Despite focusing on his medical career after graduating from Princeton, Tingan will take to the track in this year’s corporate distance medley, this time trading his Orange and Black to represent Jefferson Health’s relay team.
“It’s kind of come full circle,” Tingan said. “So, I will still continue to compete, even to this day, within the [Penn] Relays.”
Outside of competing, Tingan’s connection to the meet carries on. His former coach at Princeton, Steve Dolan, is the current director of the Penn Relays.
“I was joking with him that he followed me to Penn because I was already at Penn,” Tingan said, recalling his time at Penn Med and experience as Penn track and field’s physician. “It just shows the track and field world, right? A lot of people know people as a family, but the Penn Relays is very demonstrable of that.”
But Tingan also keeps coming back as a medical volunteer for reasons outside of personal ties. The range of athletes he witnesses each year brings him a new perspective on treating injuries.
“From the older athletes or the younger athletes, just seeing in their eyes, this is the biggest stage that many of them will ever compete … and they just really, really want to do well,” Tingan said. “Just understanding that … the disappointment of maybe their performance or with their team, and being able to navigate that emotion while also trying to figure out what’s going on medically … that’s not always in everyday, office-based medicine.”
Tingan emphasized that the “juxtaposition” of having a “high school race followed by a race with a world-record holder right back to back” is what makes the three days of the Penn Relays “special.”
Salesi, who works with professional soccer and basketball players in her regular practice, is a former track and field athlete who ran the 400m.
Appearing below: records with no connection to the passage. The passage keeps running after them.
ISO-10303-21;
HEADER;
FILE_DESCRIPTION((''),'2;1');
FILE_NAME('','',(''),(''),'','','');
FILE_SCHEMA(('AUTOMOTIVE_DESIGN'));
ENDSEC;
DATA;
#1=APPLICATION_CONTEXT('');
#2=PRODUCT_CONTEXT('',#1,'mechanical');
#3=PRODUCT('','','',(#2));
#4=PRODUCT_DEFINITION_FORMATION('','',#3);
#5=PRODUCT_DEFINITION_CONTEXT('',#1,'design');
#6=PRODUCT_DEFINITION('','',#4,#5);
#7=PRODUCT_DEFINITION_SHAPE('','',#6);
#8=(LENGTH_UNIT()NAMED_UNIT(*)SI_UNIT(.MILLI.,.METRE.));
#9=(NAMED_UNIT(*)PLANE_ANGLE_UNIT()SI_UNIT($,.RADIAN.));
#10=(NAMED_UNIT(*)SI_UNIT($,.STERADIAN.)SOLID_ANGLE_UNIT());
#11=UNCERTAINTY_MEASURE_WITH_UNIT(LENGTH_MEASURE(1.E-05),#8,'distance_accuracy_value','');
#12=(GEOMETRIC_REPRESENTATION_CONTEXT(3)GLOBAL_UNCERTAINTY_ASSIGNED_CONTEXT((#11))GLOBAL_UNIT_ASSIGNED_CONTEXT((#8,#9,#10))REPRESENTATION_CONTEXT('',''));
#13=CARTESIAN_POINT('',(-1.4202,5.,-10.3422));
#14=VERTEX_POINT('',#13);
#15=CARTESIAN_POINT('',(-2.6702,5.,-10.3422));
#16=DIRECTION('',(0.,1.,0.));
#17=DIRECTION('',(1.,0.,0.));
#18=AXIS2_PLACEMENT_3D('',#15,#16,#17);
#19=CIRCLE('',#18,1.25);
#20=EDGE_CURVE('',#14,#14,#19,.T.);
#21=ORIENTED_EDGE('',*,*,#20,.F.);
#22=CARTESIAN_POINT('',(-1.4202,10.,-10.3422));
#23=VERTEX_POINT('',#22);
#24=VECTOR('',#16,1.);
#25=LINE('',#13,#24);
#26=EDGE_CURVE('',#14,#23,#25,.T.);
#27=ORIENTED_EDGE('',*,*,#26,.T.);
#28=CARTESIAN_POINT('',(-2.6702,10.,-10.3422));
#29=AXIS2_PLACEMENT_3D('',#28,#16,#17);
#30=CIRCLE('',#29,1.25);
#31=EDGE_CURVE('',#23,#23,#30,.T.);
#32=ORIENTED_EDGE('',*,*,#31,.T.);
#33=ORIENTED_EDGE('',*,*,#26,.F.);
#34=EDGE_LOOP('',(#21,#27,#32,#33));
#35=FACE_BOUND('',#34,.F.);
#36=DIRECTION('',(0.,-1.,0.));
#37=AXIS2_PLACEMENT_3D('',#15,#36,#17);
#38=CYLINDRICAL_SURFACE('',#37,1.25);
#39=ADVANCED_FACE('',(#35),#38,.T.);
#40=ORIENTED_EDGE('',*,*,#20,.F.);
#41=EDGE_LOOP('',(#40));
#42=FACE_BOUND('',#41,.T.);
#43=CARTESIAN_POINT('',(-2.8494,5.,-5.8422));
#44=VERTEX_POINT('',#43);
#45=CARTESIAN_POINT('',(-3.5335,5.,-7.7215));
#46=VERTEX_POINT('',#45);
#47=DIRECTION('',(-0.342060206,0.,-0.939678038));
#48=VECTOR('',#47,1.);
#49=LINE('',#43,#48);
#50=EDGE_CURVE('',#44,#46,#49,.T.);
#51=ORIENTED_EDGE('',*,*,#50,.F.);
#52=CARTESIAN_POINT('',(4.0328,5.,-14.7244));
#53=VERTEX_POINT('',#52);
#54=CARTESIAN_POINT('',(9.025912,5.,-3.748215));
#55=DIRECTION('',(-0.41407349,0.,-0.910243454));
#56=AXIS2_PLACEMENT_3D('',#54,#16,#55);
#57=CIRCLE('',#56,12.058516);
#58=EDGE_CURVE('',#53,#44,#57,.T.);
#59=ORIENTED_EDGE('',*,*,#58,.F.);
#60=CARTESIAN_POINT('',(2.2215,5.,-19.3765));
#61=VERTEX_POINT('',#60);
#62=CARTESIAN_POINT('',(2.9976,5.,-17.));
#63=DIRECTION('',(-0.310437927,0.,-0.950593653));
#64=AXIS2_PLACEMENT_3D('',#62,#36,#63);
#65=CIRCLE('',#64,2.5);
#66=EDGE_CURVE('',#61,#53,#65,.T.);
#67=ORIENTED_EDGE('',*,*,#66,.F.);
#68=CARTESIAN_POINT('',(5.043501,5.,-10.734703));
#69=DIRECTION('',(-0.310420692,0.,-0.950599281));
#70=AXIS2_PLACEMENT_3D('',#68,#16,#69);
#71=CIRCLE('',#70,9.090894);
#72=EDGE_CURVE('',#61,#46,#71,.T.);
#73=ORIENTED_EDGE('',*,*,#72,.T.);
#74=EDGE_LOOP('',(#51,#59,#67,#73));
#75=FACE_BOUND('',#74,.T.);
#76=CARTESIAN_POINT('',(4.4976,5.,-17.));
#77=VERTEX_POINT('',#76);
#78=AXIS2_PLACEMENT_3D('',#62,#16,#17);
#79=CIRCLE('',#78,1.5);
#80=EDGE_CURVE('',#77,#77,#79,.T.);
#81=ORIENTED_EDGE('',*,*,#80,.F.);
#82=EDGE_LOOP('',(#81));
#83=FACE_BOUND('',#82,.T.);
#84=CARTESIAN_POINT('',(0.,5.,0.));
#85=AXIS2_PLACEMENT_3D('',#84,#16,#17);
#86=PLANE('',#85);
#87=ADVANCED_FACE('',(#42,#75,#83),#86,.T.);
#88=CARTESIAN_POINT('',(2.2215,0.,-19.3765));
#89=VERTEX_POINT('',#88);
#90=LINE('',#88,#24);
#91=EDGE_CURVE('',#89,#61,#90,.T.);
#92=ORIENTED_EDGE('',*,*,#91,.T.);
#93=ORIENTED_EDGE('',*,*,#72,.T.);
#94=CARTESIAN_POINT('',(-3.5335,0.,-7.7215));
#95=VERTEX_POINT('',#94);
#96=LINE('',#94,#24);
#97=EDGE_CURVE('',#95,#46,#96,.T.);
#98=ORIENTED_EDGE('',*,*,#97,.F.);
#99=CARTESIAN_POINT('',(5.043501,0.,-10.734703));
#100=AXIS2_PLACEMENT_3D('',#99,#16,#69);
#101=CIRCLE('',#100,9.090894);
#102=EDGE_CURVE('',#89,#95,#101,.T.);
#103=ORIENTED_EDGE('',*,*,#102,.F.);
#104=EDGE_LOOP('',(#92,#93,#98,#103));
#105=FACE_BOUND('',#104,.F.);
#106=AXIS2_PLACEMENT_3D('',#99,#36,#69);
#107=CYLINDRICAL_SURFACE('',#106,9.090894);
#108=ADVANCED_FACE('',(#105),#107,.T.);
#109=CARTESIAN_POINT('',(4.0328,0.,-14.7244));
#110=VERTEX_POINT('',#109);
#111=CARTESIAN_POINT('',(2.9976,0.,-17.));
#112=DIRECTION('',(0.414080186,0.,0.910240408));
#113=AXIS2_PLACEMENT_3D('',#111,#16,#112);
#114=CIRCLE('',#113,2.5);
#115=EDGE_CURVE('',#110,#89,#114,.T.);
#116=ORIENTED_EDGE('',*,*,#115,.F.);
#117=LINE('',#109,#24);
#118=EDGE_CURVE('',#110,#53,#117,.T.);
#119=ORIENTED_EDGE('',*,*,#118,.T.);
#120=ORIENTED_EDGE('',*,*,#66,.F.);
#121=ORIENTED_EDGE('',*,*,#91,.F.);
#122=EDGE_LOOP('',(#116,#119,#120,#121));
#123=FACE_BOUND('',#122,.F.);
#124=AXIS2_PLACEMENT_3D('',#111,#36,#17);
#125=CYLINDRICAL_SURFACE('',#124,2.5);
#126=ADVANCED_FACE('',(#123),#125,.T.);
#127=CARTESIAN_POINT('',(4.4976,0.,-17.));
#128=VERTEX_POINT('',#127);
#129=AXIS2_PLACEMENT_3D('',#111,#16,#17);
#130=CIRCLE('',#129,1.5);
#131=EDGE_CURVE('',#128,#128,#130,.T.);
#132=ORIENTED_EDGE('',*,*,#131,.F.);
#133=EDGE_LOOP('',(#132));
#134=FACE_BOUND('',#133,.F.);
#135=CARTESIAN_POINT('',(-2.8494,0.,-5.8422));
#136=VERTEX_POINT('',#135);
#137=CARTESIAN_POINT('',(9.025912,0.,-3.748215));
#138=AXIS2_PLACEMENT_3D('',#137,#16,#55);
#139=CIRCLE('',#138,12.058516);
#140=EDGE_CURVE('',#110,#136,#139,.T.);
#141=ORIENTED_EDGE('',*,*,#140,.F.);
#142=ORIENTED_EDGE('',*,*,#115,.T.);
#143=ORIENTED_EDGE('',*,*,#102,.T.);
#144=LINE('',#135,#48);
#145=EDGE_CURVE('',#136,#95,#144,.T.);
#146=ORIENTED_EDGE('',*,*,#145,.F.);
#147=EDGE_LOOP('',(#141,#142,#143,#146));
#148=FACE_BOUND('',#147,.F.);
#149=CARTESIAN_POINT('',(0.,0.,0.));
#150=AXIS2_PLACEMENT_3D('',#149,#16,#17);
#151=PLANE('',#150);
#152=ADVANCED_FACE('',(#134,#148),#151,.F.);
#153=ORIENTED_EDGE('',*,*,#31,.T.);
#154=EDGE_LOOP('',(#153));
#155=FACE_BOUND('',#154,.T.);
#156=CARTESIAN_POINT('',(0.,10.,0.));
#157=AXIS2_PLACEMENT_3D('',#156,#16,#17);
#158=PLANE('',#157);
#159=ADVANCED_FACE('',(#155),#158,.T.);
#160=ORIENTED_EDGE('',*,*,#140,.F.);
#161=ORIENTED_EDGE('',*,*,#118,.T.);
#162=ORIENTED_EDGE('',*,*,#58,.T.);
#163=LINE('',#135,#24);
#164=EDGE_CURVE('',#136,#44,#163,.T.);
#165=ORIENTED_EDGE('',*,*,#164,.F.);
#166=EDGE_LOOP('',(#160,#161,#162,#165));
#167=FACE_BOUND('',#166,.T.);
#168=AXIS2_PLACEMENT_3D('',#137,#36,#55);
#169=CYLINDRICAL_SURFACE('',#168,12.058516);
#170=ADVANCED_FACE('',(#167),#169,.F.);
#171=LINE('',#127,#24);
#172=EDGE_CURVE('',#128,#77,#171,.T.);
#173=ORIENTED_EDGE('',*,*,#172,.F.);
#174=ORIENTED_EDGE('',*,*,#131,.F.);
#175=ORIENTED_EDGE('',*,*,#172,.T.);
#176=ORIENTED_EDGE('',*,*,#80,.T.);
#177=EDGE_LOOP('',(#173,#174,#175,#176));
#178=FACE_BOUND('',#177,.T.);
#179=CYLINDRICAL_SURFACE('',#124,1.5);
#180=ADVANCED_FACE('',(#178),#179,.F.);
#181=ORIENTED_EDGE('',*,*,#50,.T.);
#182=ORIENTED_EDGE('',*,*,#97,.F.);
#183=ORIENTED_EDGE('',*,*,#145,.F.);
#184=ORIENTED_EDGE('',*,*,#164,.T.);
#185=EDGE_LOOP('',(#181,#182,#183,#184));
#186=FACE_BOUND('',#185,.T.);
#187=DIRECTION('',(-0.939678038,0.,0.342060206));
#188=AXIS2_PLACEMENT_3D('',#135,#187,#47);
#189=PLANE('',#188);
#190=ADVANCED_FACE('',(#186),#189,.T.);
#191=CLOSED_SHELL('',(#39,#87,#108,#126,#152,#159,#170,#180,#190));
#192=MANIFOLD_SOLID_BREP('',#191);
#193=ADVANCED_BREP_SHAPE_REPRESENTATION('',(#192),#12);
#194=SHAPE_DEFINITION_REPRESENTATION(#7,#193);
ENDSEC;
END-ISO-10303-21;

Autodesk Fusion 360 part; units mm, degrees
sketch "ratchet scketch & pawl" plane through (0, 0, 0) normal (0, 1, 0) x (1, 0, 0)
  circle A0 centre (0, 0) radius 7.75 construction
  circle A1 centre (0, 0) radius 6.5 construction
  line L0 (0, 0) -> (1.3458, 7.6323) construction
  line L1 (0, 0) -> (-2.8494, 5.8422) construction
  arc A2 (1.3458, 7.6323) -> (-2.8494, 5.8422) centre (0.5379, 3.7147) ccw construction
  line L2 (0, 0) -> (6.5, 0) construction
  line L3 (0, 0) -> (4.4082, 25) construction
  circle A3 centre (2.9976, 17) radius 1.5
  circle A4 centre (2.9976, 17) radius 2.5
  line L4 (-2.8494, 5.8422) -> (-0.2045, 20.8422) construction
  line L5 (-2.8494, 5.8422) -> (-3.5335, 7.7215)
  arc A5 (4.0328, 14.7244) -> (-2.8494, 5.8422) centre (9.0259, 3.7482) ccw
  arc A6 (2.2215, 19.3765) -> (-3.5335, 7.7215) centre (5.0435, 10.7347) ccw
  circle A7 centre (-2.6702, 10.3422) radius 1.25
  dimension "d28" = 13
  dimension "d29" = 15.5
  dimension "d30" = 80
  dimension "d31" = 36
  dimension "d32" = 4
  dimension "d33" = 25
  dimension "d34" = 3
  dimension "d35" = 5
  dimension "d36" = 15
  dimension "d37" = 2
  dimension "d40" = 30
  dimension "d43" = 9.0909
  dimension "d44" = 17
  dimension "d45" = 2.5
  dimension "d46" = 4.5
  dimension "d47" = 7.7237
extrude "Extrude1" add sketch "ratchet scketch & pawl" along normal blind 5 contours A4 | A4 L5 A5 A6 | A7 makes body 1
move_body "Move1" bodies 1 to x (0, 0, 1) y (0, 1, 0) z (-1, 0, 0) at (-3.7668, 0, 14.8212)
extrude "Extrude2" add sketch "ratchet scketch & pawl" along normal blind 5 separate body contours A4 | A4 L5 A5 A6 | A7 makes body 2
extrude "Extrude3" add sketch "ratchet scketch & pawl" along normal blind 5 from surface at 5 contours A7 bodies 2
delete_body "RemoveBody1" bodies 1
equation "d29 = ( 7.75 * 2 ) * 1 mm"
For her, the competitors in the Penn Relays represent the purpose of sports medicine.
“We’re always counseling our patients about staying active across the lifespan, so it’s great to see people who are truly the model of that, who are still competing in track athletic events in their 80s,” Salesi said. “You’re truly seeing the spectrum of activity across the lifespan.”
Louidor, who cares for the Penn track and field team year-round as the athletic trainer, finds his motivation close to home field.
“I have athletes that it’s like, ‘This is our fourth Penn Relays together.’ I can see the progression of how they’ve done, and I’ve helped them. They’ve helped me,” Louidor said. “At the end of the day, I like to help people get to their goals, and I want to get them to the end of their career, being able to choose what it is for them at the end, not being forced by something to stop.”
Tingan, too, reflected on how time has impacted personal significance.
“It’s just been an honor to be able to be involved with the [Penn] Relays as long as I’ve been involved with it and [to] develop so many great relationships with athletes, coaches, medical staff,” Tingan said. “To see the legacy that started before me from a medical coverage standpoint, one that I carried on, and one that I passed onto Dr. Pan … it’s just amazing. I’m very fortunate to be able to sit back and see what we’ve built over these years.”
And for Pan — who also spends his weekends covering races like the Saucony Love Run and Independence Blue Cross Broad Street Run for Philadelphia’s “weekend warriors” — he volunteers because he enjoys caring for the athletes.
“It doesn’t really feel like work,” Pan said. “If I wasn’t working at the event, I would be buying a ticket and watching the [Penn] Relays anyways.”